3.3. Results of HZP 3.2. BEAVRS benchmark modeling BEAVRS benchmark is specifications and measured results for two cycles of a PWR which was proposed by the MIT Computational Reactor Physics Group (Horelik and Herman, 2012). BEAVRS benchmark provides detailed descriptions and measured results for PWR with 193 fuel assemblies, and each 17  17 assembly contains 264 fuel rods, with three different enrichments. Both the measured data of hot zero power (HZP) and hot full power (HFP) are given in BEAVRS. The configuration of BEAVRS core is shown in Figs. 11and 12. And the parameters of core and assembly are listed in Tables 1 and 2. The detailed geometry of BEAVRS full core was built up by RMC, as shown in Figs. 13and 14. To consider the axial distributions of fission power and coolant density, the active core is divided into 10 axial segments. For thermal-hydraulics model in COBRA, only an octant of core has been considered for the 193 fuel assemblies in the full core. Therefore, the grid of 31 channels, each containing an individual fuel assembly, making up the lower triangular region of the quarter-core shown in Fig. 15. Each assembly is divided into 10 axial segments.
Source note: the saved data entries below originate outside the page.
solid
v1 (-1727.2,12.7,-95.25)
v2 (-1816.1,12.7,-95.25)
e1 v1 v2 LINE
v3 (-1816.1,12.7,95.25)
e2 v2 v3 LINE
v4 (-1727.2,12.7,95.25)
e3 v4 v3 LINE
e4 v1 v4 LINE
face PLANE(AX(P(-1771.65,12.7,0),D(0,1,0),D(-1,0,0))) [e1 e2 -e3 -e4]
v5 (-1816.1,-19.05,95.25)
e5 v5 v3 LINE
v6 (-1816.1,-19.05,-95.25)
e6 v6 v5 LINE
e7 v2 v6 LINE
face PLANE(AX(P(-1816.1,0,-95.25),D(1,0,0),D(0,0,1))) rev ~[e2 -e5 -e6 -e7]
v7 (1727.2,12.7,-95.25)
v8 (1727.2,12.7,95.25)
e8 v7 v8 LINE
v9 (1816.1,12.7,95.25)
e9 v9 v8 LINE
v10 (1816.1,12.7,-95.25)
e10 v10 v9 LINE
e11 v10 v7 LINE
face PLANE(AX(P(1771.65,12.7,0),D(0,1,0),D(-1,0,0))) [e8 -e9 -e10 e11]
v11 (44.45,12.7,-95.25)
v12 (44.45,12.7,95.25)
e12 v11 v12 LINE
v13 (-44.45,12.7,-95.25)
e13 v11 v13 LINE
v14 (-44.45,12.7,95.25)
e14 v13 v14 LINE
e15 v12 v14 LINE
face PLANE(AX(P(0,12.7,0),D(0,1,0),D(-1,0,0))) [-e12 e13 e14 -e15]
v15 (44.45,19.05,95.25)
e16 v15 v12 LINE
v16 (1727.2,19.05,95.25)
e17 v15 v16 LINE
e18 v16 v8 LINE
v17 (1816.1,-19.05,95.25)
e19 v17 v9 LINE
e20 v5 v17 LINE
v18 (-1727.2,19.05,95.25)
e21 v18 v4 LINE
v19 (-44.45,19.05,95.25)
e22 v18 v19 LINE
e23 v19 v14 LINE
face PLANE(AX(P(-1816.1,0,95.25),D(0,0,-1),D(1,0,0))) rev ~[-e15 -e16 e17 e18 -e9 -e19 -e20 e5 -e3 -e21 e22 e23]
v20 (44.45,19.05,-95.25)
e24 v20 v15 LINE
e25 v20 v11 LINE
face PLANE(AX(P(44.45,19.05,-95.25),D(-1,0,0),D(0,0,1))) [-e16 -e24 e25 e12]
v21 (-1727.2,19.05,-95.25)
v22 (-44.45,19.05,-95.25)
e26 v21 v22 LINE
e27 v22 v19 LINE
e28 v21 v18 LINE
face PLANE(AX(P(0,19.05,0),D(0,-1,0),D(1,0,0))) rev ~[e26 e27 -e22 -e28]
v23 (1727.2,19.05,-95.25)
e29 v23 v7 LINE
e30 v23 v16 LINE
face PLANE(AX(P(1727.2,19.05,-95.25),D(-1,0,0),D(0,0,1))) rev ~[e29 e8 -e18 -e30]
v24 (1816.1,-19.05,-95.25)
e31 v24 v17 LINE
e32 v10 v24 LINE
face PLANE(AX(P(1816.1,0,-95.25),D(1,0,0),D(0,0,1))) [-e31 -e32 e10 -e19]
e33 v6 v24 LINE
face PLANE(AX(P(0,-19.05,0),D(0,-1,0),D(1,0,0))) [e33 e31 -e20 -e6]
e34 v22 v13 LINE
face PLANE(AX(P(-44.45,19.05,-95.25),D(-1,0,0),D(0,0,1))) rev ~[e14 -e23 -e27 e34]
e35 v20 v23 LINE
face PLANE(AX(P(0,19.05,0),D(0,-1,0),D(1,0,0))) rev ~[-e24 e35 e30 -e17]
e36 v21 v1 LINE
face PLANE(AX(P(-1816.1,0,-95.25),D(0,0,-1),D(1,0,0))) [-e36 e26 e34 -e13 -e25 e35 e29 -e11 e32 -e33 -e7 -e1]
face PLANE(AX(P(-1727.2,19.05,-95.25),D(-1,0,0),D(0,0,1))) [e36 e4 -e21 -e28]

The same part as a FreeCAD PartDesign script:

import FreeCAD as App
import Part
import Sketcher

V = App.Vector
Q = App.Units.Quantity


def add_polygon(sketch, points):
    """Adds a closed chain of lines whose ends are joined by coincident constraints."""
    first, n = sketch.GeometryCount, len(points)
    for a, b in zip(points, points[1:] + points[:1]):
        sketch.addGeometry(Part.LineSegment(App.Vector(*a, 0), App.Vector(*b, 0)), False)
    for i in range(n):
        sketch.addConstraint(Sketcher.Constraint("Coincident", first + i, 2, first + (i + 1) % n, 1))

doc = App.newDocument("Part")
body = doc.addObject("PartDesign::Body", "Body")

# Sketch on XZ plane
sketch1 = doc.addObject("Sketcher::SketchObject", "Sketch")
body.addObject(sketch1)
sketch1.AttachmentSupport = (doc.XZ_Plane, [""])
sketch1.MapMode = "FlatFace"
add_polygon(sketch1, [(-1816.1, 95.25), (-1816.1, -95.25), (1816.1, -95.25), (1816.1, 95.25)])  # lines 0-3
sketch1.addConstraint([
    Sketcher.Constraint("Vertical", 0),
    Sketcher.Constraint("Horizontal", 1),
    Sketcher.Constraint("Vertical", 2),
    Sketcher.Constraint("Horizontal", 3),
    Sketcher.Constraint("Symmetric", 0, 2, 2, 2, -1, 1),
    Sketcher.Constraint("DistanceX", 1, 1, 1, 2, Q("143 in")),
    Sketcher.Constraint("DistanceY", 0, 2, 0, 1, Q("7.5 in")),
])
pad1 = doc.addObject("PartDesign::Pad", "Pad")
body.addObject(pad1)
pad1.Profile = sketch1
pad1.Length = Q("1.5 in")
pad1.Midplane = True

# Sketch on XZ plane
sketch2 = doc.addObject("Sketcher::SketchObject", "Sketch001")
body.addObject(sketch2)
sketch2.AttachmentSupport = (doc.XZ_Plane, [""])
sketch2.MapMode = "FlatFace"
sketch2.AttachmentOffset = App.Placement(V(0, 0, -0.75 * 25.4), App.Rotation())
add_polygon(sketch2, [(1816.1, 95.25), (1816.1, -95.25), (1727.2, -95.25), (1727.2, 95.25)])  # lines 0-3
add_polygon(sketch2, [(44.45, 95.25), (44.45, -95.25), (-44.45, -95.25), (-44.45, 95.25)])  # lines 4-7
add_polygon(sketch2, [(-1727.2, 95.25), (-1727.2, -95.25), (-1816.1, -95.25), (-1816.1, 95.25)])  # lines 8-11
sketch2.addConstraint([
    Sketcher.Constraint("Vertical", 0),
    Sketcher.Constraint("Horizontal", 1),
    Sketcher.Constraint("Vertical", 2),
    Sketcher.Constraint("Horizontal", 3),
    Sketcher.Constraint("Vertical", 4),
    Sketcher.Constraint("Horizontal", 5),
    Sketcher.Constraint("Vertical", 6),
    Sketcher.Constraint("Horizontal", 7),
    Sketcher.Constraint("Vertical", 8),
    Sketcher.Constraint("Horizontal", 9),
    Sketcher.Constraint("Vertical", 10),
    Sketcher.Constraint("Horizontal", 11),
    Sketcher.Constraint("Symmetric", 4, 2, 6, 2, -1, 1),
    Sketcher.Constraint("Symmetric", 2, 2, 8, 2, -1, 1),
    Sketcher.Constraint("Symmetric", 0, 2, 10, 2, -1, 1),
    Sketcher.Constraint("Horizontal", 1, 2, 4, 2),
    Sketcher.Constraint("Horizontal", 3, 2, 6, 2),
    Sketcher.Constraint("Equal", 3, 5),
    Sketcher.Constraint("DistanceX", 1, 2, 1, 1, Q("3.5 in")),
    Sketcher.Constraint("DistanceY", 0, 2, 0, 1, Q("7.5 in")),
    Sketcher.Constraint("DistanceX", -1, 1, 1, 2, Q("68 in")),
])
pocket1 = doc.addObject("PartDesign::Pocket", "Pocket")
body.addObject(pocket1)
pocket1.Profile = sketch2
pocket1.Length = Q("0.25 in")
pocket1.Reversed = True

doc.recompute()
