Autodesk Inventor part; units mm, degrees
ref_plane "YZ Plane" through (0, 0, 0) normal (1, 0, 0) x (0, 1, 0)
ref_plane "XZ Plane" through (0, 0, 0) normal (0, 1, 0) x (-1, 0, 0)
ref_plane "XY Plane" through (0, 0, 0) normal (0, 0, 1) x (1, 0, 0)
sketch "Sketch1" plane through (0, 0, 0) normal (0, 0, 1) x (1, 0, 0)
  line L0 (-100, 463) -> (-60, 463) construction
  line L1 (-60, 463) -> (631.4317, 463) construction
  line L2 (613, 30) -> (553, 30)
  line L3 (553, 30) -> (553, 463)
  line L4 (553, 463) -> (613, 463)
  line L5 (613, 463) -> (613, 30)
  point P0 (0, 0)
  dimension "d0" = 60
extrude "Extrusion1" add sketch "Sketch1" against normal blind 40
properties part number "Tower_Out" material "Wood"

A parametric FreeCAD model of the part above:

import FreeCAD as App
import Part
import Sketcher

V = App.Vector

doc = App.newDocument("Part")
body = doc.addObject("PartDesign::Body", "Body")

sketch1 = body.newObject("Sketcher::SketchObject", "Sketch")
sketch1.AttachmentSupport = (doc.getObject("XY_Plane"), [""])
sketch1.MapMode = "FlatFace"
sketch1.addGeometry(Part.LineSegment(V(553, 30, 0), V(613, 30, 0)), False)
sketch1.addGeometry(Part.LineSegment(V(613, 30, 0), V(613, 463, 0)), False)
sketch1.addGeometry(Part.LineSegment(V(613, 463, 0), V(553, 463, 0)), False)
sketch1.addGeometry(Part.LineSegment(V(553, 463, 0), V(553, 30, 0)), False)
sketch1.addConstraint(Sketcher.Constraint("Coincident", 0, 2, 1, 1))
sketch1.addConstraint(Sketcher.Constraint("Coincident", 1, 2, 2, 1))
sketch1.addConstraint(Sketcher.Constraint("Coincident", 2, 2, 3, 1))
sketch1.addConstraint(Sketcher.Constraint("Coincident", 3, 2, 0, 1))
sketch1.addConstraint(Sketcher.Constraint("Horizontal", 0))
sketch1.addConstraint(Sketcher.Constraint("Vertical", 1))
sketch1.addConstraint(Sketcher.Constraint("Horizontal", 2))
sketch1.addConstraint(Sketcher.Constraint("Vertical", 3))
sketch1.addConstraint(Sketcher.Constraint("DistanceX", 0, 1, 0, 2, 60.0))
sketch1.addConstraint(Sketcher.Constraint("DistanceY", 1, 1, 1, 2, 433.0))
sketch1.addConstraint(Sketcher.Constraint("DistanceX", -1, 1, 0, 2, 613.0))
sketch1.addConstraint(Sketcher.Constraint("DistanceY", -1, 1, 0, 2, 30.0))
pad1 = body.newObject("PartDesign::Pad", "Pad")
pad1.Profile = sketch1
pad1.Length = 40
pad1.Reversed = True

doc.recompute()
The HZP condition of BEARS was firstly calculated to verify the neutronics model and on-the-fly temperature treatment. The onthe-fly treatment was compared with the pre-generated cross section (XS) of exact temperature. For HZP, the coolant temperature is 566 K, the temperatures of other material (including fuel) are 293.15 K, and the boron concentration is 975 pcm. When using the pre-generated XS, XS of 293.15 K and 566 K should be prepared in advance, while only cross sections of 0 K are needed for on-thefly treatment. The results are compared in Table 3. It can be found that the Keff of on-the-fly method agrees well with the pregenerated XS. Keff of RMC also agrees well with the result of OpenMC. The relative radial pin power distributions were also compared with the results of MC21 (Kelly et al., 2013). The pin power distributions also have good agreement as shown in Fig. 16. For pre-generated XS, 200,000 neutrons per cycle are used for totally 400 cycles with 200 inactive cycles, while for on-the-fly method, 100,000 neutrons per cycle are used for totally 400 cycles with 200 inactive cycles. The ENDF/B7.0 cross-section library was used.

3.4. Results of HFP

Fig. 10. Calculations time of PWR core case.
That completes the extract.